» **TASK INSTRUCTIONS**: Could you retype, exactly as written, every line from the top of the records through the line that contains "A parametric FreeCAD"?

+ + +

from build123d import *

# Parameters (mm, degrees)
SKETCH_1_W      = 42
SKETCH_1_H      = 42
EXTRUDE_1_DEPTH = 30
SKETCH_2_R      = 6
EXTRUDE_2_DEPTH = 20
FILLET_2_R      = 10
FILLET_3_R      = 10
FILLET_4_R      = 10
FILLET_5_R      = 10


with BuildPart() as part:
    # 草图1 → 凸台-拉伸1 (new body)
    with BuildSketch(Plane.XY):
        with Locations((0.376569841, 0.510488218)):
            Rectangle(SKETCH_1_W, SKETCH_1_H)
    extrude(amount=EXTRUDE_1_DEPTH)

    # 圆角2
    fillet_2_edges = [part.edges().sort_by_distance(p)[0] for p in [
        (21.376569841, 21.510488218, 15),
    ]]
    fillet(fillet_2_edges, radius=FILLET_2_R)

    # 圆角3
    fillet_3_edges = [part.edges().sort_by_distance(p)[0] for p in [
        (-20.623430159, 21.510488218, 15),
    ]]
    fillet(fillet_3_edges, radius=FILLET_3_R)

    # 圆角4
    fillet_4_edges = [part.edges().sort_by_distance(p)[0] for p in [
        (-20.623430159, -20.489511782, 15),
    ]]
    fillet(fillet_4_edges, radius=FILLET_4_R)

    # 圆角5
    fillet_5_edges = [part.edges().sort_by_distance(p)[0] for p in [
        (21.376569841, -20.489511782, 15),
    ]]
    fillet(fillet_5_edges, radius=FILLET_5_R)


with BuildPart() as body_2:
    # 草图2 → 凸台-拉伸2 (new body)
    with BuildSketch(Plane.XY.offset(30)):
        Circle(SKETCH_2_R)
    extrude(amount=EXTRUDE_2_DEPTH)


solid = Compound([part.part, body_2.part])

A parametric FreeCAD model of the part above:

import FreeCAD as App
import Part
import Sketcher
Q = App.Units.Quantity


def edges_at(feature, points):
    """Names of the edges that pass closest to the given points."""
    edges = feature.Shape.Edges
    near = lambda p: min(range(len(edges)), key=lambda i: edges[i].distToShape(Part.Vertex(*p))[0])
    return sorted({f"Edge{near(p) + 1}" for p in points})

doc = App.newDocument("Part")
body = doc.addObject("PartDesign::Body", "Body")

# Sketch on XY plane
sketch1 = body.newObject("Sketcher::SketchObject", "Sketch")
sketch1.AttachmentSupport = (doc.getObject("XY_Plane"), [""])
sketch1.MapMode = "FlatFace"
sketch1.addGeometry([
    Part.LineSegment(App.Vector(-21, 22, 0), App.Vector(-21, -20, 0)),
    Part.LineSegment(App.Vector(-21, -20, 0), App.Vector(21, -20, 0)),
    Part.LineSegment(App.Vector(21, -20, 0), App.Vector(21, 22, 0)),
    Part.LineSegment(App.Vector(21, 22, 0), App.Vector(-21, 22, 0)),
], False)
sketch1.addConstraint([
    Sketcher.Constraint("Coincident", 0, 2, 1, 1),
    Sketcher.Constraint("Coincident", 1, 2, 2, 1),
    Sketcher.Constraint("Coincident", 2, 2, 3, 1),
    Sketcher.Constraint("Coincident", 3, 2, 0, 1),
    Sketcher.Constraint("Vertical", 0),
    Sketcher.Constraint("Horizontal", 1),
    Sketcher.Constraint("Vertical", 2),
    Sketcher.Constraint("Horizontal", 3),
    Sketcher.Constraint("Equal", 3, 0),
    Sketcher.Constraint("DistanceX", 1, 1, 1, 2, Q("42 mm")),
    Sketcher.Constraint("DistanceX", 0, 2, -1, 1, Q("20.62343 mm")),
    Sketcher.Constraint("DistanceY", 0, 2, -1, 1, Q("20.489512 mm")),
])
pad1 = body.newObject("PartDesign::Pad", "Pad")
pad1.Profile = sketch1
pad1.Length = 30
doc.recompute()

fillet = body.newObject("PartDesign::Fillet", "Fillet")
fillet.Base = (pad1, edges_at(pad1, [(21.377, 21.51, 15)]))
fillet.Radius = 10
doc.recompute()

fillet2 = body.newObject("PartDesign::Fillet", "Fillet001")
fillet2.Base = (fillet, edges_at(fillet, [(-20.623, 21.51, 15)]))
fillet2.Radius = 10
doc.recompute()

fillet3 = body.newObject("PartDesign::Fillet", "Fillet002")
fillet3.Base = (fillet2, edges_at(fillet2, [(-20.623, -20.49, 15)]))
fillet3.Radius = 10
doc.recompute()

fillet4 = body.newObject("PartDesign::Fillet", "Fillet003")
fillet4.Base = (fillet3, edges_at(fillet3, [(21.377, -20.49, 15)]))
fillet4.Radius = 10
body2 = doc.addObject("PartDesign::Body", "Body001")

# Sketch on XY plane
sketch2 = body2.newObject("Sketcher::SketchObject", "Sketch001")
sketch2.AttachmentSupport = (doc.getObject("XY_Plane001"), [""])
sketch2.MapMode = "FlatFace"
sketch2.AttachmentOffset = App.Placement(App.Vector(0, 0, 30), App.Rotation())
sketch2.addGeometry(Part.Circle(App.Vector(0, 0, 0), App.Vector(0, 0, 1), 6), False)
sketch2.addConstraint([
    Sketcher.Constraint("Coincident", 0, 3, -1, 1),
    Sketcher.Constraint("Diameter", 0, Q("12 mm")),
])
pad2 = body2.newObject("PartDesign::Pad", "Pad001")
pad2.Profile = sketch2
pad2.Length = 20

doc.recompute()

+ + +

» **ANSWER TO THIS TASK**:
from build123d import *

# Parameters (mm, degrees)
SKETCH_1_W      = 42
SKETCH_1_H      = 42
EXTRUDE_1_DEPTH = 30
SKETCH_2_R      = 6
EXTRUDE_2_DEPTH = 20
FILLET_2_R      = 10
FILLET_3_R      = 10
FILLET_4_R      = 10
FILLET_5_R      = 10


with BuildPart() as part:
    # 草图1 → 凸台-拉伸1 (new body)
    with BuildSketch(Plane.XY):
        with Locations((0.376569841, 0.510488218)):
            Rectangle(SKETCH_1_W, SKETCH_1_H)
    extrude(amount=EXTRUDE_1_DEPTH)

    # 圆角2
    fillet_2_edges = [part.edges().sort_by_distance(p)[0] for p in [
        (21.376569841, 21.510488218, 15),
    ]]
    fillet(fillet_2_edges, radius=FILLET_2_R)

    # 圆角3
    fillet_3_edges = [part.edges().sort_by_distance(p)[0] for p in [
        (-20.623430159, 21.510488218, 15),
    ]]
    fillet(fillet_3_edges, radius=FILLET_3_R)

    # 圆角4
    fillet_4_edges = [part.edges().sort_by_distance(p)[0] for p in [
        (-20.623430159, -20.489511782, 15),
    ]]
    fillet(fillet_4_edges, radius=FILLET_4_R)

    # 圆角5
    fillet_5_edges = [part.edges().sort_by_distance(p)[0] for p in [
        (21.376569841, -20.489511782, 15),
    ]]
    fillet(fillet_5_edges, radius=FILLET_5_R)


with BuildPart() as body_2:
    # 草图2 → 凸台-拉伸2 (new body)
    with BuildSketch(Plane.XY.offset(30)):
        Circle(SKETCH_2_R)
    extrude(amount=EXTRUDE_2_DEPTH)


solid = Compound([part.part, body_2.part])

A parametric FreeCAD model of the part above:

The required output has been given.